Ardern was the Labour Party's deputy leader when she was thrust into the top job on Tuesday with scant notice after Andrew Little resigned, following a series of dismal opinion poll results. One poll indicated the party was supported by just 24 percent of voters.

Within a day, Ardern was twice asked by male television hosts about her plans for children.

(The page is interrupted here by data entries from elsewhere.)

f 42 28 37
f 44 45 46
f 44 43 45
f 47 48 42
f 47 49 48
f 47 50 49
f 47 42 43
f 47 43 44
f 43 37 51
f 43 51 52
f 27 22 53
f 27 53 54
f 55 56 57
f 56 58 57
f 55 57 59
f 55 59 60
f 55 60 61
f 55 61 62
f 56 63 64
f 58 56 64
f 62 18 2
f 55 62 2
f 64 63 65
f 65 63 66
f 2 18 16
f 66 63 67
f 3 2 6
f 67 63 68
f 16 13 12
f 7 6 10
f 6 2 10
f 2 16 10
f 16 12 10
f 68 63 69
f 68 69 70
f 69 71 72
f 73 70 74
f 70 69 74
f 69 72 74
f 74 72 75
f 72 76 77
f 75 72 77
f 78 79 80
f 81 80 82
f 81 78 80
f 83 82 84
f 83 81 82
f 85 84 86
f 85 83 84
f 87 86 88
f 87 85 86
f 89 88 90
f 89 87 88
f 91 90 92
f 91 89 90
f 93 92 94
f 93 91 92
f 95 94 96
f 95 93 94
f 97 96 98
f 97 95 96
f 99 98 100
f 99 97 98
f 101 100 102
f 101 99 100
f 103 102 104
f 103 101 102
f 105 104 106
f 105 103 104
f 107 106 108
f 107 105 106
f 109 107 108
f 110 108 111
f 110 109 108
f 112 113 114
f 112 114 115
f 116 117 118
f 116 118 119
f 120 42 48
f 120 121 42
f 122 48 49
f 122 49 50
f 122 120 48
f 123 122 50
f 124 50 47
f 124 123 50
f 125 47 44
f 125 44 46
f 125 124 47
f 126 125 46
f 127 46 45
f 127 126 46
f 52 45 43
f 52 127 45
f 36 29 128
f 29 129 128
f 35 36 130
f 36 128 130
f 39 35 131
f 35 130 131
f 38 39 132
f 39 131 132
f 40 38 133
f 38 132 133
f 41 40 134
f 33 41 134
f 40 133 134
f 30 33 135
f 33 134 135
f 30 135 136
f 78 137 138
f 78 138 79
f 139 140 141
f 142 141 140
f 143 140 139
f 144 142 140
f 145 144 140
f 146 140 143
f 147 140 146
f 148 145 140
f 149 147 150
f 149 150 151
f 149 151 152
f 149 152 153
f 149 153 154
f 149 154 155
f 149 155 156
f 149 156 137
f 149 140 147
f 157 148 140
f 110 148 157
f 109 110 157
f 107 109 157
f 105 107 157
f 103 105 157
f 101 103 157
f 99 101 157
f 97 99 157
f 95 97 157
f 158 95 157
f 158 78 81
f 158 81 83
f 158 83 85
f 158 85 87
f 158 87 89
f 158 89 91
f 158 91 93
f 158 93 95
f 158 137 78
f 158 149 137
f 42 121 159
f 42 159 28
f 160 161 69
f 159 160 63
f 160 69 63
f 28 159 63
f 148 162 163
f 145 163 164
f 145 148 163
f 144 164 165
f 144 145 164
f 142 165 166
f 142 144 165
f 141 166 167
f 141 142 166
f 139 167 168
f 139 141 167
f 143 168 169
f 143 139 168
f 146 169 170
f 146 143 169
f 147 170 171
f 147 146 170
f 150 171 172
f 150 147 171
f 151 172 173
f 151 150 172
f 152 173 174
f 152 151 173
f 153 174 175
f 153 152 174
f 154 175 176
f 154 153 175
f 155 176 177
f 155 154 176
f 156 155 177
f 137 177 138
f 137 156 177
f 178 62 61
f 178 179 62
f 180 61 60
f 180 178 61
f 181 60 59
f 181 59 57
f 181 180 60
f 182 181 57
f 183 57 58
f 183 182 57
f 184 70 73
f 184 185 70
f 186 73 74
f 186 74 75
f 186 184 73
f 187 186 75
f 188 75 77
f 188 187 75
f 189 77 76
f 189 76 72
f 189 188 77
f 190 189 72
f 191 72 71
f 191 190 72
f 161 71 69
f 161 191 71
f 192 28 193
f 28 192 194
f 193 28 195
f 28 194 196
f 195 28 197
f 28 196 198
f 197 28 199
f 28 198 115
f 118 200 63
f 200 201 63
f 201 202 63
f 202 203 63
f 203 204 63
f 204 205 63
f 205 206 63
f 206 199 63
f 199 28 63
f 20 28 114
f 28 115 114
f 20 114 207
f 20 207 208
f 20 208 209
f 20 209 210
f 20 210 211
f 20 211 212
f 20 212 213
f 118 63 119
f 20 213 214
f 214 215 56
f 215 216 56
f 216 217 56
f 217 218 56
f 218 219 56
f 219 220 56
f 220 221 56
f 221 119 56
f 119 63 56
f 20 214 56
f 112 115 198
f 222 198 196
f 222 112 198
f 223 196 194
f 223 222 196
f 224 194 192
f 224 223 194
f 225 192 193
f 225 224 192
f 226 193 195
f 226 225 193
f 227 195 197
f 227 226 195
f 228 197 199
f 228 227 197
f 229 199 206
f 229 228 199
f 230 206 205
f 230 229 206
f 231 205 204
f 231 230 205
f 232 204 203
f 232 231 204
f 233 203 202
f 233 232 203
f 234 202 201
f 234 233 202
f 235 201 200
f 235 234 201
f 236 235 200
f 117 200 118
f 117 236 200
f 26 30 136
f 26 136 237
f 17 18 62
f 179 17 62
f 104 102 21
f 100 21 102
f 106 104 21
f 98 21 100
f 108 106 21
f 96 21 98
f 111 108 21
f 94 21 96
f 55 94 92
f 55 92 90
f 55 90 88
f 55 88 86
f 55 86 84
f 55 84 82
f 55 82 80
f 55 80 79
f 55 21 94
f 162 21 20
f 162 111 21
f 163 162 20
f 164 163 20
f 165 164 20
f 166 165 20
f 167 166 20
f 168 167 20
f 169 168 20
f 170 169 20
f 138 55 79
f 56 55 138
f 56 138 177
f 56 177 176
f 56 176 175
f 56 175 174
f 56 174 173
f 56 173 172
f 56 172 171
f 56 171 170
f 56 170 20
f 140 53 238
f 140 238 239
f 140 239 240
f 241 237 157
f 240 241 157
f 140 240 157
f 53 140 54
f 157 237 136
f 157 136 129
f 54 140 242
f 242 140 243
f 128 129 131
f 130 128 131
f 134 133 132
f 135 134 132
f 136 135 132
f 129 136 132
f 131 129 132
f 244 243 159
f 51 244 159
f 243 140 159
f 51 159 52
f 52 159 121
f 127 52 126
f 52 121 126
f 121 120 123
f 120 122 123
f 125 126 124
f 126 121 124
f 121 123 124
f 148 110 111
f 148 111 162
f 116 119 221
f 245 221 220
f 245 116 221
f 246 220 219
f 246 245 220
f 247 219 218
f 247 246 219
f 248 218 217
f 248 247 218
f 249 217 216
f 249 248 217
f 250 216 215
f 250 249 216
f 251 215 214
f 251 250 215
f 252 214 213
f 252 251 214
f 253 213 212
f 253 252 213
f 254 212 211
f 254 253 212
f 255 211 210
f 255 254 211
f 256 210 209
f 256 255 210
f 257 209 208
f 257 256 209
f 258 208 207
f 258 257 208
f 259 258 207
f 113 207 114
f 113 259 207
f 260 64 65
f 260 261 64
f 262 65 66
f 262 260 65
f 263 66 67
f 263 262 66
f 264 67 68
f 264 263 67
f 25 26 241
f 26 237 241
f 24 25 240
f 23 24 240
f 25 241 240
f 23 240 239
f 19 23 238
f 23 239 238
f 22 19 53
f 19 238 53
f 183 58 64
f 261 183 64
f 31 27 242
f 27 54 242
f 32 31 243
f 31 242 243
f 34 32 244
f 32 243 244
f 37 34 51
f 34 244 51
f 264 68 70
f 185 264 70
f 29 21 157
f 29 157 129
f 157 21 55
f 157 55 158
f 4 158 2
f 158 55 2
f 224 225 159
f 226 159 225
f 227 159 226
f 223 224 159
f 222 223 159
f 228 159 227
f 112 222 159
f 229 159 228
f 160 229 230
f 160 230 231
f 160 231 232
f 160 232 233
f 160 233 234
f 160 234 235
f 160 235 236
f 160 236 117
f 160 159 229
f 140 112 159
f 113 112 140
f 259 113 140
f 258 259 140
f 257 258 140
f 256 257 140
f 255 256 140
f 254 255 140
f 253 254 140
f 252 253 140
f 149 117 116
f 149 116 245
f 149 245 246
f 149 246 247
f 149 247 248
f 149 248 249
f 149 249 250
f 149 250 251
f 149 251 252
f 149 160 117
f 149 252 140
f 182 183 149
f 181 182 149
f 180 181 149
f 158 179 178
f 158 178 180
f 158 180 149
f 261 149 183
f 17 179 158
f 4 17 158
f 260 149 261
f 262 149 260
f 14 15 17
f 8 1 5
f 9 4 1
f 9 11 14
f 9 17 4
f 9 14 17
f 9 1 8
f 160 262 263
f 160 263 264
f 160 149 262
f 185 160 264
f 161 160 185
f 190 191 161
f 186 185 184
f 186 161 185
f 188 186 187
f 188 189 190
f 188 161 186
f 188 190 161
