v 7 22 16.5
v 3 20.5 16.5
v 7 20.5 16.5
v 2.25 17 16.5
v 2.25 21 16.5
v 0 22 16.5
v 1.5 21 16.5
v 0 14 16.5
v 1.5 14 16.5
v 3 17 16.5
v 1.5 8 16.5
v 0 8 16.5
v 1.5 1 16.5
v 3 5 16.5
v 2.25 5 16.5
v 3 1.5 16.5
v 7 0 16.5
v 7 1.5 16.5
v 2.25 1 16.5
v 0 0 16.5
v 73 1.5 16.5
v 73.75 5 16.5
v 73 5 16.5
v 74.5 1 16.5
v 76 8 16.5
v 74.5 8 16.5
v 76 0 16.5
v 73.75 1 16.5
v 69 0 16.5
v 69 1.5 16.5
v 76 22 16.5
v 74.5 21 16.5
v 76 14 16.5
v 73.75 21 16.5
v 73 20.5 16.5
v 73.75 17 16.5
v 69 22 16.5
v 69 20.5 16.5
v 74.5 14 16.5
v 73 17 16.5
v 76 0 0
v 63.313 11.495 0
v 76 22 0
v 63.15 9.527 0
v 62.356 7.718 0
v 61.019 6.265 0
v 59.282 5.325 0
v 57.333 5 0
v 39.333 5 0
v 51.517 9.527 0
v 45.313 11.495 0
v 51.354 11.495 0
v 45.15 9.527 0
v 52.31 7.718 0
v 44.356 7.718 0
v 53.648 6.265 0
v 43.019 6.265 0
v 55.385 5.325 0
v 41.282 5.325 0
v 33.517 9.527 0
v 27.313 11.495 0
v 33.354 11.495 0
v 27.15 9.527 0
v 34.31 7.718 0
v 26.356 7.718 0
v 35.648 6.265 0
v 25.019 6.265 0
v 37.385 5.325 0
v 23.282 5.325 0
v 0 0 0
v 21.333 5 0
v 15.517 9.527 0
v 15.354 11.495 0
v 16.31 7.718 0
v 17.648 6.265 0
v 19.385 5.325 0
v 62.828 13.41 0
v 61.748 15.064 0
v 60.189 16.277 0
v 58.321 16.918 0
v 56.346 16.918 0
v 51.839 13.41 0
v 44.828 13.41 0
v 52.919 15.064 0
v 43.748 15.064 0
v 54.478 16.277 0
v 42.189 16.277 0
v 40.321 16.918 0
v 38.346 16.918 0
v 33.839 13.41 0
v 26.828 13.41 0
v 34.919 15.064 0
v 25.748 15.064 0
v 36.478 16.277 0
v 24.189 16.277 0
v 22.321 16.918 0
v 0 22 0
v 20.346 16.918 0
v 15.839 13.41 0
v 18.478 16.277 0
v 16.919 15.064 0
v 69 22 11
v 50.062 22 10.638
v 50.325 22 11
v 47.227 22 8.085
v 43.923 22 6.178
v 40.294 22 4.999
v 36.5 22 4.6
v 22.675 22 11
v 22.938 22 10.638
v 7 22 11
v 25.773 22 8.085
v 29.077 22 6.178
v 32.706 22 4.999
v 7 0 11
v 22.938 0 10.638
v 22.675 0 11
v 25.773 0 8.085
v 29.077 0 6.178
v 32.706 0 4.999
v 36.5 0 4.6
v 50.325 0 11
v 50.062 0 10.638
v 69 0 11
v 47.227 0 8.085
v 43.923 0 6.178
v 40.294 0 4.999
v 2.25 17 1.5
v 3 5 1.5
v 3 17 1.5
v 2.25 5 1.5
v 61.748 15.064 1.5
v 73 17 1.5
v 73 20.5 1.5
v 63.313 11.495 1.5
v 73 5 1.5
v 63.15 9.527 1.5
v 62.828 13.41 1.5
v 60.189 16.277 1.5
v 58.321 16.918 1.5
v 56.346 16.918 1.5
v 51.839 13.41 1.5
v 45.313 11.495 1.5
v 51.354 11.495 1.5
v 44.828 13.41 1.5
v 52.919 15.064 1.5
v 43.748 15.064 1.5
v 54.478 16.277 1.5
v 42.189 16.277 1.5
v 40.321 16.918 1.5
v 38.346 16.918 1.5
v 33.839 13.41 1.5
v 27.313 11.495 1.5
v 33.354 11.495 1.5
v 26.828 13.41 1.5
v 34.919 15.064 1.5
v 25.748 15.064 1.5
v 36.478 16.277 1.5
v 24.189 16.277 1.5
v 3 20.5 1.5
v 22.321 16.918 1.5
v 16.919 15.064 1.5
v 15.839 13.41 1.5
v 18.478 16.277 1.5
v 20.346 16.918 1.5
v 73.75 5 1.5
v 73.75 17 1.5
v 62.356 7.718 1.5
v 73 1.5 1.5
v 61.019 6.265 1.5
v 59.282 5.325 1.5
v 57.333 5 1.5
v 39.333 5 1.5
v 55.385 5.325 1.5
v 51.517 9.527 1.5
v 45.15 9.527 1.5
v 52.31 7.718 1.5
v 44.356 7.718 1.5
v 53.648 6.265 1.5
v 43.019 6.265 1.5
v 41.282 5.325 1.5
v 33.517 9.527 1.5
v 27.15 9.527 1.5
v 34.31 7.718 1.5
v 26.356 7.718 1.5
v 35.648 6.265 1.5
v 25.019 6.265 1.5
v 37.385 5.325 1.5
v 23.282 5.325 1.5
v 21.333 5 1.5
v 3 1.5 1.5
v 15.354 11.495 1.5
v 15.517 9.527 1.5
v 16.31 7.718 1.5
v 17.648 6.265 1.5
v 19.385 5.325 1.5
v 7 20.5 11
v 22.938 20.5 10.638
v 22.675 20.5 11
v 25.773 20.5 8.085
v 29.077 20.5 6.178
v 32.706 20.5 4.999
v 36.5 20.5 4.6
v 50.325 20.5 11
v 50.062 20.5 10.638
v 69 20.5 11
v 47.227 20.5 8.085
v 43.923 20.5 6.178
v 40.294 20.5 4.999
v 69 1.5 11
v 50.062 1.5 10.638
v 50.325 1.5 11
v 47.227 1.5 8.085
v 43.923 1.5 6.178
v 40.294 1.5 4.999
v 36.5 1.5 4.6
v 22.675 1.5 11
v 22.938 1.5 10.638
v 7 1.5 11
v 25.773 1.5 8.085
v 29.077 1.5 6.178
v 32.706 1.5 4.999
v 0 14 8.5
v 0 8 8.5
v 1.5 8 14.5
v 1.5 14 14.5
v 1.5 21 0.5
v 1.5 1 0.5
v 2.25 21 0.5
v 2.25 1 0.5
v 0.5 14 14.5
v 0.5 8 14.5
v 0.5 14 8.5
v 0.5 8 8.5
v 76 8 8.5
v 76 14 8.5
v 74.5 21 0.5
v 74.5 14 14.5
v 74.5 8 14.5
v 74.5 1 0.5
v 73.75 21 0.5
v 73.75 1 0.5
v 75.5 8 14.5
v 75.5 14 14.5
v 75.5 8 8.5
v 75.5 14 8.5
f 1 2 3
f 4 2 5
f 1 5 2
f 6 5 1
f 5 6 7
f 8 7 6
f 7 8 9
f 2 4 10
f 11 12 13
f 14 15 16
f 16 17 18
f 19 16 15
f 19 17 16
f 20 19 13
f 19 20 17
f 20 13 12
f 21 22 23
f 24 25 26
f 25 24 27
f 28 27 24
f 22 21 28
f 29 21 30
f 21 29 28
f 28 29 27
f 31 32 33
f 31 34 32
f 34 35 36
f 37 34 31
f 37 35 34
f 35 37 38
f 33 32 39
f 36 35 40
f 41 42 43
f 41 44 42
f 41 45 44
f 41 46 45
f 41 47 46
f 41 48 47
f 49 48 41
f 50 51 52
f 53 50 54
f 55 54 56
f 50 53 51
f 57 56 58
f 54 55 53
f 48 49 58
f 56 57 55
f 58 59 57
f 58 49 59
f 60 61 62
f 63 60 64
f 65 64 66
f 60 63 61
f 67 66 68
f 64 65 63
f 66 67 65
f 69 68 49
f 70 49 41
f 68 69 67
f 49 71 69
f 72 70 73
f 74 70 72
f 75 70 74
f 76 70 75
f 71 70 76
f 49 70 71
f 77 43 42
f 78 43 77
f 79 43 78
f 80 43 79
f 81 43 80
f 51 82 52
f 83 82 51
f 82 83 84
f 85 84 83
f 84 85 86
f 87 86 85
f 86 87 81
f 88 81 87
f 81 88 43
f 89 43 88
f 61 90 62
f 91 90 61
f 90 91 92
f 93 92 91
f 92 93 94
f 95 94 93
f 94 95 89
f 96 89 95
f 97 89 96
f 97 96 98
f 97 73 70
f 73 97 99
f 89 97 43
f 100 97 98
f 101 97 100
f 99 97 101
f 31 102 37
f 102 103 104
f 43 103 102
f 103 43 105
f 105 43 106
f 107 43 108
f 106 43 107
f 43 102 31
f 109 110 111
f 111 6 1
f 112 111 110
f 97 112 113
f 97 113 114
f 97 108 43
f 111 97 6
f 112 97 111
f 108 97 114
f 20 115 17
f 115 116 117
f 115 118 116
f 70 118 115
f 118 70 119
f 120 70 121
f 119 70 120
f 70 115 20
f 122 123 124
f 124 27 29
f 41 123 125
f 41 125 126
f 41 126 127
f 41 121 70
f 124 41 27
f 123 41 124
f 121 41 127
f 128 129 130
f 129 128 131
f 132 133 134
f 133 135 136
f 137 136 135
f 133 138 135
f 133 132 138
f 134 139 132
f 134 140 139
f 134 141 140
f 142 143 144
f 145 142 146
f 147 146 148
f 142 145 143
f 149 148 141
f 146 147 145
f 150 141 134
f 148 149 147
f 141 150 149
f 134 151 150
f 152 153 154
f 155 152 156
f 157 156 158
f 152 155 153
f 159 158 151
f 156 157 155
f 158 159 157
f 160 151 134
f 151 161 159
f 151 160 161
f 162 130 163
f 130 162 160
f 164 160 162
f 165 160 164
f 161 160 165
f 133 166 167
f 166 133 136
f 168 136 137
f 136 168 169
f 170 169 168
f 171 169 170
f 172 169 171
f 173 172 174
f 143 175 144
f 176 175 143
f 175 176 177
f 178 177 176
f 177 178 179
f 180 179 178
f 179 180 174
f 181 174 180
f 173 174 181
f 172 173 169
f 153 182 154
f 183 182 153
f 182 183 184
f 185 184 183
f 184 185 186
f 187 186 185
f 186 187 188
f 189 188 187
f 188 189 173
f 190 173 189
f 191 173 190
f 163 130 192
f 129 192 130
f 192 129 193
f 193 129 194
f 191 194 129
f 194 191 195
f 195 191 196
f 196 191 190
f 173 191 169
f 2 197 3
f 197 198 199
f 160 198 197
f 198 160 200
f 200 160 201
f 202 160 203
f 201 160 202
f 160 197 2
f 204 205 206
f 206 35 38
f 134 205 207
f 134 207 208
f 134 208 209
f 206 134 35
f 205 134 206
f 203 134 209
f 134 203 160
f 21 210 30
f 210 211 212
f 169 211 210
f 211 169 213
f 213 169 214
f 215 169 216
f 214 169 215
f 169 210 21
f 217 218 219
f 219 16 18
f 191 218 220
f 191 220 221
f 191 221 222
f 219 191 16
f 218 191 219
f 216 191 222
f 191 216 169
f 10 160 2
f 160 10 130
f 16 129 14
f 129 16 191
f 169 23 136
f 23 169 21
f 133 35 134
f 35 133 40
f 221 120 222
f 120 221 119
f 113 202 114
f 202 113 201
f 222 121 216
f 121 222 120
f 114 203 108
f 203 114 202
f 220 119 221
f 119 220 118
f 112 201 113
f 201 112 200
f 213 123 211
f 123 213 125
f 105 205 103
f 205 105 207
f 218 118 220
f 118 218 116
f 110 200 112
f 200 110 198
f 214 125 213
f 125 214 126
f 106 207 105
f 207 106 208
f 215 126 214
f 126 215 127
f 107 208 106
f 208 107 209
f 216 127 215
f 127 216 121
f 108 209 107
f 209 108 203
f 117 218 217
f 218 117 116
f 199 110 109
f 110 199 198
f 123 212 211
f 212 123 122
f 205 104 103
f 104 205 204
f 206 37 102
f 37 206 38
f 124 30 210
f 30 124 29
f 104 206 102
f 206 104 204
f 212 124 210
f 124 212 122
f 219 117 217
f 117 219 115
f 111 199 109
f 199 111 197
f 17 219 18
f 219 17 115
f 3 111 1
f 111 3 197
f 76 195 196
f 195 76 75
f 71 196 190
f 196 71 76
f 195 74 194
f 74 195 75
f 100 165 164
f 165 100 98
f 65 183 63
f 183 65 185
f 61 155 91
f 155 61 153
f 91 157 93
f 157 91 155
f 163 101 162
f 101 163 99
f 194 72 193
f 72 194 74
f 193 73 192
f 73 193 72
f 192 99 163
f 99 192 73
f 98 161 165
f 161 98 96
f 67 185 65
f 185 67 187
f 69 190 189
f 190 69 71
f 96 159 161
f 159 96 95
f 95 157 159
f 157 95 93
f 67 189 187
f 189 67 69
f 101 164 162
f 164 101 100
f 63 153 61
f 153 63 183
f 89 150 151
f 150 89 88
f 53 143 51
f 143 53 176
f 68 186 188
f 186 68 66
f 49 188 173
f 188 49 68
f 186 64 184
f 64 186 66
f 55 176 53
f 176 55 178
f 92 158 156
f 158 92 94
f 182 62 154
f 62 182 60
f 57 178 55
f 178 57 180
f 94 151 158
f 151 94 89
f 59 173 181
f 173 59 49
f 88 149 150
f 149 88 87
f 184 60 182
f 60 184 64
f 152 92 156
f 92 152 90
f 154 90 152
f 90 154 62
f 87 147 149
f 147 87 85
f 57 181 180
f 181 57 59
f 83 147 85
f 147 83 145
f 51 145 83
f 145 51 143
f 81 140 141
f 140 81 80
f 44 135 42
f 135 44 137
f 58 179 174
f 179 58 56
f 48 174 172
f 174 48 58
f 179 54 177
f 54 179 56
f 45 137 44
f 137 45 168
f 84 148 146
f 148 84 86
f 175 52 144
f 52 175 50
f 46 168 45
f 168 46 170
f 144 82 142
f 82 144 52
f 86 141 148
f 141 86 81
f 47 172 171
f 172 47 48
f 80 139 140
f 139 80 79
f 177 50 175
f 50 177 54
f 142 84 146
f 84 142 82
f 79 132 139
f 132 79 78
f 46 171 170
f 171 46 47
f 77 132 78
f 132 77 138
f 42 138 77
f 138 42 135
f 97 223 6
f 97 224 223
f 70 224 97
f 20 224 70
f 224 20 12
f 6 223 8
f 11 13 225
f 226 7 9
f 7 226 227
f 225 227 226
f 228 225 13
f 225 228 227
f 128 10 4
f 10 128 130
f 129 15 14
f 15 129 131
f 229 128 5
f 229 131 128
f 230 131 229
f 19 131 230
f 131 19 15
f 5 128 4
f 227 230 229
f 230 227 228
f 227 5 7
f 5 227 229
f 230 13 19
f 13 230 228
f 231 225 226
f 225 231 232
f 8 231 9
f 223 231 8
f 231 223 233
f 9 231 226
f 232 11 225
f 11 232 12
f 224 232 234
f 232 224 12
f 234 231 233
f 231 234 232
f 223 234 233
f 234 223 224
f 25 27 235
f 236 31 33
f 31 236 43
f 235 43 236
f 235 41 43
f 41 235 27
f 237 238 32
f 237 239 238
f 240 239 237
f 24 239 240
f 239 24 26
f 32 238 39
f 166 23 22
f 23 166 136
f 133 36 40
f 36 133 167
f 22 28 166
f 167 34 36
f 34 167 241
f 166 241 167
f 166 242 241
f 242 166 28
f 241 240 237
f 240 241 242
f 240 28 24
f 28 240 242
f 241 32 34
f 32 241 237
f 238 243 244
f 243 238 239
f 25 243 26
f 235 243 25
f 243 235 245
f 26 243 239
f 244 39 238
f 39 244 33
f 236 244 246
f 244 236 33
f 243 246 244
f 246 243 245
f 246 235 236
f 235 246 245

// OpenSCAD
holder_tickness  = 1.5;

holder_width_int = 19; //mm
holder_width_ext =holder_width_int + 2*holder_tickness; //mm

holder_length_int = 73; //mm
holder_length_ext = holder_length_int+ 2*holder_tickness; //mm

/*same heigh but interior box is offset holder_tickness*/
holder_height_int  = 15;
holder_height_ext  = 15+ holder_tickness;

batt_length = 65; //mm
batt_width  = 18; //mm

/*Battey 18650*/
bat_length = 65;
bat_width = 18;

contact_pin_diameter =11;

module battery_model(width,length,high){
    rotate ([0,90,0])
    cylinder( 66 , d=width);

}
module battery_cut(width,length,high,tickness){
    translate([-tickness-1,0,0])
    cube([length+2+2*tickness,width,high]);
}

module battery_body(width,length,height){
color("red")
cube([length,width,height]);
}


module battery_box(width, length,height,tickness){

    difference()
    {
    
        battery_body(width+ (2*tickness),
             length + (2*tickness),
             height + (tickness));
        translate( [tickness  ,
                    tickness,
                    tickness])
        battery_cut(width,
                    length,
                    height+tickness,
        tickness);
    }
}


module battery_contact_holder(width, length,height,tickness, contact_d){

    difference(){//pin connector slot
    difference()
    {
    difference()
    {
    difference(){
    {
        color("green")
        translate([0,0,0])
        cube([2*tickness,width+2*tickness,height]);
     //   color("blue")
       // translate([length,0,0])
        //cube([2*tickness,width+2*tickness,height]);
    }
       translate([tickness,((2*tickness+width)-(contact_d+1))/2,tickness])
       cube([tickness+1,contact_d+1,height+1]);
    
    }
    color("red")
       translate([tickness,tickness-(1/2),tickness-1])
       cube([tickness/2,width+1,height+1]);
    }
    color("white");
       translate([-tickness,((2*tickness+width)-6)/2,height-2])
       cube([3,6,2]);
    }
       color("white");
       translate([-tickness,((2*tickness+width)-6)/2,height-8])
       cube([2,6,8]);
    }


}


/*******************************************************/


/*Places battery inside the battery holder*/


/*translate([(holder_length_int+ (holder_tickness)-bat_length)/2,holder_tickness+holder_width_int/2,holder_tickness+bat_width/2])
battery_model(bat_width,bat_length,holder_tickness);
*/

/*Draw the Enclosure*/
module battery_holder_full(){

One host, Mark Richardson, questioned whether it was acceptable for the country's leader to take maternity leave while in office, and said most employers would want to know the maternity plans of their workers.

Ardern, who has previously talked about the difficulties of juggling political life while also wanting to start a family, said she was happy to answer such questions, but others shouldn't feel compelled.

"For other women, it is totally unacceptable in 2017 to say that women should have to answer that question in the workplace," she responded, while pointing her finger at Richardson. "That is unacceptable."

Her answers seemed to resonate with many people, some of whom pointed out that under New Zealand law, workplace discrimination on the basis of pregnancy is illegal. Ardern said she was surprised her comments were picked up abroad.

"I think it just demonstrates that it's a live issue, beyond New Zealand's borders," she said. "As long as we can keep challenging views that are antiquated and have no place in New Zealand or anywhere else, then perhaps there will be something positive to come out of the discussion."

Ardern has a background in policy development and is the former president of the International Union of Socialist Youth. She was first elected to Parliament in 2008.

Within three days of Ardern became leader, the party had accepted about 370,000 New Zealand dollars ($275,000) in donations. In New Zealand's low-budget elections, that represents about one-third of the entire amount the Labour Party collected during its last election campaign.

The conservative National Party, on the other hand, collected much more during the last election, about NZ$4 million. The party has held power for the last nine years and looked to be cruising to another victory until Ardern's ascension.

National Party lawmaker and campaign chairman Steven Joyce said he believes his party has better policies for New Zealanders and the boost the Labour Party is enjoying from its new leader won't endure without policy changes.

"I'm always in anticipation of a fight, at every election, and this is no different from the last one," Joyce said. "In fact, prior to this change, it was just too calm and too quiet."